In the records that follow, the lines from the one containing "e40 v24 v35 LINE" to the one containing "-e21 e27 e65]", inclusive, are to be given again exactly.

Available data:
* * * * *

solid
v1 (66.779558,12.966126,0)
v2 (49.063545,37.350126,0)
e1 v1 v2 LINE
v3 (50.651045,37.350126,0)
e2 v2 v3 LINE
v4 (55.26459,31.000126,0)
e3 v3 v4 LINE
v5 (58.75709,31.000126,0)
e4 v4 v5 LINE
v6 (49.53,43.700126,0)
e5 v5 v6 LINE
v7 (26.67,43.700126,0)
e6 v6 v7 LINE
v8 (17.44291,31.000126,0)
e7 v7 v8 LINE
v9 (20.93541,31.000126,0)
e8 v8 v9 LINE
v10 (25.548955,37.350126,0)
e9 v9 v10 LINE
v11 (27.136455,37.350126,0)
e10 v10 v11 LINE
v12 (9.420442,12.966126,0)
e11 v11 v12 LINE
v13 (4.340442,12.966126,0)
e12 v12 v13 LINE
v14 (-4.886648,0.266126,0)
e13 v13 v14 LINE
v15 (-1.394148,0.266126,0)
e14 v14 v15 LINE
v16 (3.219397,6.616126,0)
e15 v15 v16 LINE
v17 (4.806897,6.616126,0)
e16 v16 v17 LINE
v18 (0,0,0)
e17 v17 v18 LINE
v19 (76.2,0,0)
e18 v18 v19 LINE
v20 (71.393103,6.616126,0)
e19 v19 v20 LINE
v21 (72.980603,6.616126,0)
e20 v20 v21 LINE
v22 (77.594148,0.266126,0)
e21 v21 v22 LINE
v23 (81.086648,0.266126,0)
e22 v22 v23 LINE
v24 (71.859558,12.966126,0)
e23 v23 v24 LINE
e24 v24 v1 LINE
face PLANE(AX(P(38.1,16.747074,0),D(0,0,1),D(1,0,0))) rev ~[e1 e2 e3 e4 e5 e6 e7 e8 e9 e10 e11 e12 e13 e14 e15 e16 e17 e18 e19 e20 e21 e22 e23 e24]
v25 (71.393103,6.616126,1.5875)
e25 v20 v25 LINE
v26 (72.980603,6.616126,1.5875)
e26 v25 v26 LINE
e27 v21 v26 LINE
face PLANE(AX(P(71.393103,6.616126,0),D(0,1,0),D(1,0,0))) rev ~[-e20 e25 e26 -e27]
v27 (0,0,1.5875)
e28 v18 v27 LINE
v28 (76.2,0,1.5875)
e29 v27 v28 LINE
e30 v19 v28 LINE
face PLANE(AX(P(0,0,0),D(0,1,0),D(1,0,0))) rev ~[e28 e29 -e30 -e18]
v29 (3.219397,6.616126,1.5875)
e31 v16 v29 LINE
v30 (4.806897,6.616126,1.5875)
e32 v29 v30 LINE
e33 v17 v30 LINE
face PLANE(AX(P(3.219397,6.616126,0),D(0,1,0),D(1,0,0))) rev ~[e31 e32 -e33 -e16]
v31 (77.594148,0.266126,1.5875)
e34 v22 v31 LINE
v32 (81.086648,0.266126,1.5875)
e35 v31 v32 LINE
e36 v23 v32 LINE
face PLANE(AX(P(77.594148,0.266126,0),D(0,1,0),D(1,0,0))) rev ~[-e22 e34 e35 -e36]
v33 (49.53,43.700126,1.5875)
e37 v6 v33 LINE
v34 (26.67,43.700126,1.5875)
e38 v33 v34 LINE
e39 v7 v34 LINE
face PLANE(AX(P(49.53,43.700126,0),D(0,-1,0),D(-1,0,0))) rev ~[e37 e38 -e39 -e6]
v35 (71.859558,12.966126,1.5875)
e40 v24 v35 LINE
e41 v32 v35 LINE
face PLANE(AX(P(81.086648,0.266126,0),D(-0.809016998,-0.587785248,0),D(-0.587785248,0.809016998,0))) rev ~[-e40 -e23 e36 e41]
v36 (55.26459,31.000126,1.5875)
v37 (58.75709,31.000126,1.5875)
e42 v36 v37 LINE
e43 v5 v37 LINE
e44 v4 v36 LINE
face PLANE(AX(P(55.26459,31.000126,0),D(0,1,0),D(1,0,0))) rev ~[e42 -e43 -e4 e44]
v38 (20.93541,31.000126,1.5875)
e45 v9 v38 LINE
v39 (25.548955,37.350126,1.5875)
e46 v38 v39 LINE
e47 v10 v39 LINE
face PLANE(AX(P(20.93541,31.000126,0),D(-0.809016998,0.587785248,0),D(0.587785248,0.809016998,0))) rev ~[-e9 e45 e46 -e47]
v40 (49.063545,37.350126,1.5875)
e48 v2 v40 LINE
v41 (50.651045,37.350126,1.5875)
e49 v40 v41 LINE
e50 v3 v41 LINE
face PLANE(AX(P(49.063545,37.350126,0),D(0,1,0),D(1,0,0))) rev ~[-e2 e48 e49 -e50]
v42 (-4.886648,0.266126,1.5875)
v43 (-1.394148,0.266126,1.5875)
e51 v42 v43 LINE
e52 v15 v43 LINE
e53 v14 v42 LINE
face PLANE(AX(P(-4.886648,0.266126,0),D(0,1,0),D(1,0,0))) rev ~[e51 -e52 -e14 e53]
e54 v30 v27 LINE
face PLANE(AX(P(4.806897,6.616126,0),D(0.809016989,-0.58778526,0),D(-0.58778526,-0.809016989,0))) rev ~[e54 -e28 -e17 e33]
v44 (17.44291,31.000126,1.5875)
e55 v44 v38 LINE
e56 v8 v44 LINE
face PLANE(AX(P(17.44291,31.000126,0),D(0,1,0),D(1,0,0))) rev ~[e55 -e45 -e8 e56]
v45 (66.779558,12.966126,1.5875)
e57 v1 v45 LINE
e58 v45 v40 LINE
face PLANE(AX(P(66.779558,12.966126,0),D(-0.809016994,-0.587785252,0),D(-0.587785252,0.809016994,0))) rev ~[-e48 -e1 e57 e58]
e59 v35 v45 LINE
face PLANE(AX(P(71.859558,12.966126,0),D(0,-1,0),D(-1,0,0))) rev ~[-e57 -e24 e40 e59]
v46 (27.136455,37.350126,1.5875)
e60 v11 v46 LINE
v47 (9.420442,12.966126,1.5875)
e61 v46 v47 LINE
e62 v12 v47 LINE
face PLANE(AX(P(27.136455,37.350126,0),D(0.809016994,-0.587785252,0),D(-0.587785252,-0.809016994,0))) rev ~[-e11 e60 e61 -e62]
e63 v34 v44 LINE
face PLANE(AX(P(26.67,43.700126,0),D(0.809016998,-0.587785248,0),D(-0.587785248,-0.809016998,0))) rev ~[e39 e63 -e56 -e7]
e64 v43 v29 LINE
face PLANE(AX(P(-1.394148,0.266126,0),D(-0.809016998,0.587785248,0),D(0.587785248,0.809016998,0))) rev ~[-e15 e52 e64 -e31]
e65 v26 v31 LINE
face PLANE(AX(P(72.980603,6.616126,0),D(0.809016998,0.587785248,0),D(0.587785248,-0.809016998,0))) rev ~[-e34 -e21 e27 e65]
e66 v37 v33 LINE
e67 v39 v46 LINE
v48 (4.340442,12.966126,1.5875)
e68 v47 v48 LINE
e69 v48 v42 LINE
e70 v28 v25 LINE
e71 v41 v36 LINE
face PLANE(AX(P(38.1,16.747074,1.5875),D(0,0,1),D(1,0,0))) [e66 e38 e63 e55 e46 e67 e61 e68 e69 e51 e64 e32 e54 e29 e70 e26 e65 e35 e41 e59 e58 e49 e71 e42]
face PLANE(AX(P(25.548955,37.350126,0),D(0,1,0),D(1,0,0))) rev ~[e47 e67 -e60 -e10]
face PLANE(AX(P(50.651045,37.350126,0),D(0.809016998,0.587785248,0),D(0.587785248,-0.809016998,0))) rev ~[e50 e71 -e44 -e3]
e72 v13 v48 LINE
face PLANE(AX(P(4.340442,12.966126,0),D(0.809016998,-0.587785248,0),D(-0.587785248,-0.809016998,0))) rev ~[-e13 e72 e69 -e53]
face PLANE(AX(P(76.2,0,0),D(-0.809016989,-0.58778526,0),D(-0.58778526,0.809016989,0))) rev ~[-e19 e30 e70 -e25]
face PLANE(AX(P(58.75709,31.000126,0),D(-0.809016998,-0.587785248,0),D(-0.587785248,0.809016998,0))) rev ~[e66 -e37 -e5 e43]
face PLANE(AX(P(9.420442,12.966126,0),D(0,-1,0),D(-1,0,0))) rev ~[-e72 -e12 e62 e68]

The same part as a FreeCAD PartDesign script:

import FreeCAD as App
import Part
import Sketcher

V = App.Vector
Q = App.Units.Quantity


def add_polygon(sketch, points):
    """Adds a closed chain of lines whose ends are joined by coincident constraints."""
    first, n = sketch.GeometryCount, len(points)
    for a, b in zip(points, points[1:] + points[:1]):
        sketch.addGeometry(Part.LineSegment(App.Vector(*a, 0), App.Vector(*b, 0)), False)
    for i in range(n):
        sketch.addConstraint(Sketcher.Constraint("Coincident", first + i, 2, first + (i + 1) % n, 1))

doc = App.newDocument("Part")
body = doc.addObject("PartDesign::Body", "Body")

sketch1 = body.newObject("Sketcher::SketchObject", "Sketch")
sketch1.AttachmentSupport = (doc.getObject("XY_Plane"), [""])
sketch1.MapMode = "FlatFace"
add_polygon(sketch1, [(26.7, 43.7), (17.4, 31), (20.9, 31), (25.5, 37.4), (27.1, 37.4), (9.4, 13), (4.3, 13), (-4.9, 0.3), (-1.4, 0.3), (3.2, 6.6), (4.8, 6.6), (0, 0), (76.2, 0), (71.4, 6.6), (73, 6.6), (77.6, 0.3), (81.1, 0.3), (71.9, 13), (66.8, 13), (49.1, 37.4), (50.7, 37.4), (55.3, 31), (58.8, 31), (49.5, 43.7)])
sketch1.addConstraint([
    Sketcher.Constraint("Horizontal", 1),
    Sketcher.Constraint("Horizontal", 3),
    Sketcher.Constraint("Horizontal", 5),
    Sketcher.Constraint("Horizontal", 7),
    Sketcher.Constraint("Horizontal", 9),
    Sketcher.Constraint("Horizontal", 11),
    Sketcher.Constraint("Horizontal", 13),
    Sketcher.Constraint("Horizontal", 15),
    Sketcher.Constraint("Horizontal", 17),
    Sketcher.Constraint("Horizontal", 19),
    Sketcher.Constraint("Horizontal", 21),
    Sketcher.Constraint("Horizontal", 23),
    Sketcher.Constraint("Coincident", 10, 2, -1, 1),
    Sketcher.Constraint("Parallel", 0, 2),
    Sketcher.Constraint("Parallel", 2, 4),
    Sketcher.Constraint("Parallel", 4, 6),
    Sketcher.Constraint("Parallel", 6, 8),
    Sketcher.Constraint("Parallel", 8, 10),
    Sketcher.Constraint("Parallel", 12, 14),
    Sketcher.Constraint("Parallel", 14, 16),
    Sketcher.Constraint("Parallel", 16, 18),
    Sketcher.Constraint("Parallel", 18, 20),
    Sketcher.Constraint("Parallel", 20, 22),
    Sketcher.Constraint("Horizontal", 9, 2, 12, 2),
    Sketcher.Constraint("Horizontal", 7, 2, 14, 2),
    Sketcher.Constraint("Horizontal", 5, 2, 16, 2),
    Sketcher.Constraint("Horizontal", 3, 2, 18, 2),
    Sketcher.Constraint("Horizontal", 1, 2, 20, 2),
    Sketcher.Constraint("Equal", 1, 7),
    Sketcher.Constraint("Equal", 3, 9),
    Sketcher.Constraint("Equal", 9, 13),
    Sketcher.Constraint("Equal", 7, 15),
    Sketcher.Constraint("Equal", 5, 17),
    Sketcher.Constraint("Equal", 13, 19),
    Sketcher.Constraint("Equal", 15, 21),
    Sketcher.Constraint("Equal", 0, 6),
    Sketcher.Constraint("Equal", 2, 8),
    Sketcher.Constraint("Equal", 10, 12),
    Sketcher.Constraint("DistanceX", 11, 1, 11, 2, Q("3 in")),
    Sketcher.Constraint("DistanceX", 5, 2, 5, 1, Q("0.2 in")),
    Sketcher.Constraint("DistanceX", 23, 2, 23, 1, Q("0.9 in")),
    Sketcher.Constraint("Angle", 0, Q("-126 deg")),
    Sketcher.Constraint("DistanceY", 6, 2, 5, 2, Q("0.5 in")),
    Sketcher.Constraint("DistanceX", 3, 1, 3, 2, Q("0.0625 in")),
    Sketcher.Constraint("DistanceY", 1, 2, 2, 2, Q("0.25 in")),
    Sketcher.Constraint("DistanceY", 4, 2, 0, 2, Q("0.71 in")),
    Sketcher.Constraint("DistanceX", 1, 1, 1, 2, Q("0.1375 in")),
])
pad1 = body.newObject("PartDesign::Pad", "Pad")
pad1.Profile = sketch1
pad1.Length = Q("0.0625 in")

doc.recompute()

* * * * *

Expected output:
e40 v24 v35 LINE
e41 v32 v35 LINE
face PLANE(AX(P(81.086648,0.266126,0),D(-0.809016998,-0.587785248,0),D(-0.587785248,0.809016998,0))) rev ~[-e40 -e23 e36 e41]
v36 (55.26459,31.000126,1.5875)
v37 (58.75709,31.000126,1.5875)
e42 v36 v37 LINE
e43 v5 v37 LINE
e44 v4 v36 LINE
face PLANE(AX(P(55.26459,31.000126,0),D(0,1,0),D(1,0,0))) rev ~[e42 -e43 -e4 e44]
v38 (20.93541,31.000126,1.5875)
e45 v9 v38 LINE
v39 (25.548955,37.350126,1.5875)
e46 v38 v39 LINE
e47 v10 v39 LINE
face PLANE(AX(P(20.93541,31.000126,0),D(-0.809016998,0.587785248,0),D(0.587785248,0.809016998,0))) rev ~[-e9 e45 e46 -e47]
v40 (49.063545,37.350126,1.5875)
e48 v2 v40 LINE
v41 (50.651045,37.350126,1.5875)
e49 v40 v41 LINE
e50 v3 v41 LINE
face PLANE(AX(P(49.063545,37.350126,0),D(0,1,0),D(1,0,0))) rev ~[-e2 e48 e49 -e50]
v42 (-4.886648,0.266126,1.5875)
v43 (-1.394148,0.266126,1.5875)
e51 v42 v43 LINE
e52 v15 v43 LINE
e53 v14 v42 LINE
face PLANE(AX(P(-4.886648,0.266126,0),D(0,1,0),D(1,0,0))) rev ~[e51 -e52 -e14 e53]
e54 v30 v27 LINE
face PLANE(AX(P(4.806897,6.616126,0),D(0.809016989,-0.58778526,0),D(-0.58778526,-0.809016989,0))) rev ~[e54 -e28 -e17 e33]
v44 (17.44291,31.000126,1.5875)
e55 v44 v38 LINE
e56 v8 v44 LINE
face PLANE(AX(P(17.44291,31.000126,0),D(0,1,0),D(1,0,0))) rev ~[e55 -e45 -e8 e56]
v45 (66.779558,12.966126,1.5875)
e57 v1 v45 LINE
e58 v45 v40 LINE
face PLANE(AX(P(66.779558,12.966126,0),D(-0.809016994,-0.587785252,0),D(-0.587785252,0.809016994,0))) rev ~[-e48 -e1 e57 e58]
e59 v35 v45 LINE
face PLANE(AX(P(71.859558,12.966126,0),D(0,-1,0),D(-1,0,0))) rev ~[-e57 -e24 e40 e59]
v46 (27.136455,37.350126,1.5875)
e60 v11 v46 LINE
v47 (9.420442,12.966126,1.5875)
e61 v46 v47 LINE
e62 v12 v47 LINE
face PLANE(AX(P(27.136455,37.350126,0),D(0.809016994,-0.587785252,0),D(-0.587785252,-0.809016994,0))) rev ~[-e11 e60 e61 -e62]
e63 v34 v44 LINE
face PLANE(AX(P(26.67,43.700126,0),D(0.809016998,-0.587785248,0),D(-0.587785248,-0.809016998,0))) rev ~[e39 e63 -e56 -e7]
e64 v43 v29 LINE
face PLANE(AX(P(-1.394148,0.266126,0),D(-0.809016998,0.587785248,0),D(0.587785248,0.809016998,0))) rev ~[-e15 e52 e64 -e31]
e65 v26 v31 LINE
face PLANE(AX(P(72.980603,6.616126,0),D(0.809016998,0.587785248,0),D(0.587785248,-0.809016998,0))) rev ~[-e34 -e21 e27 e65]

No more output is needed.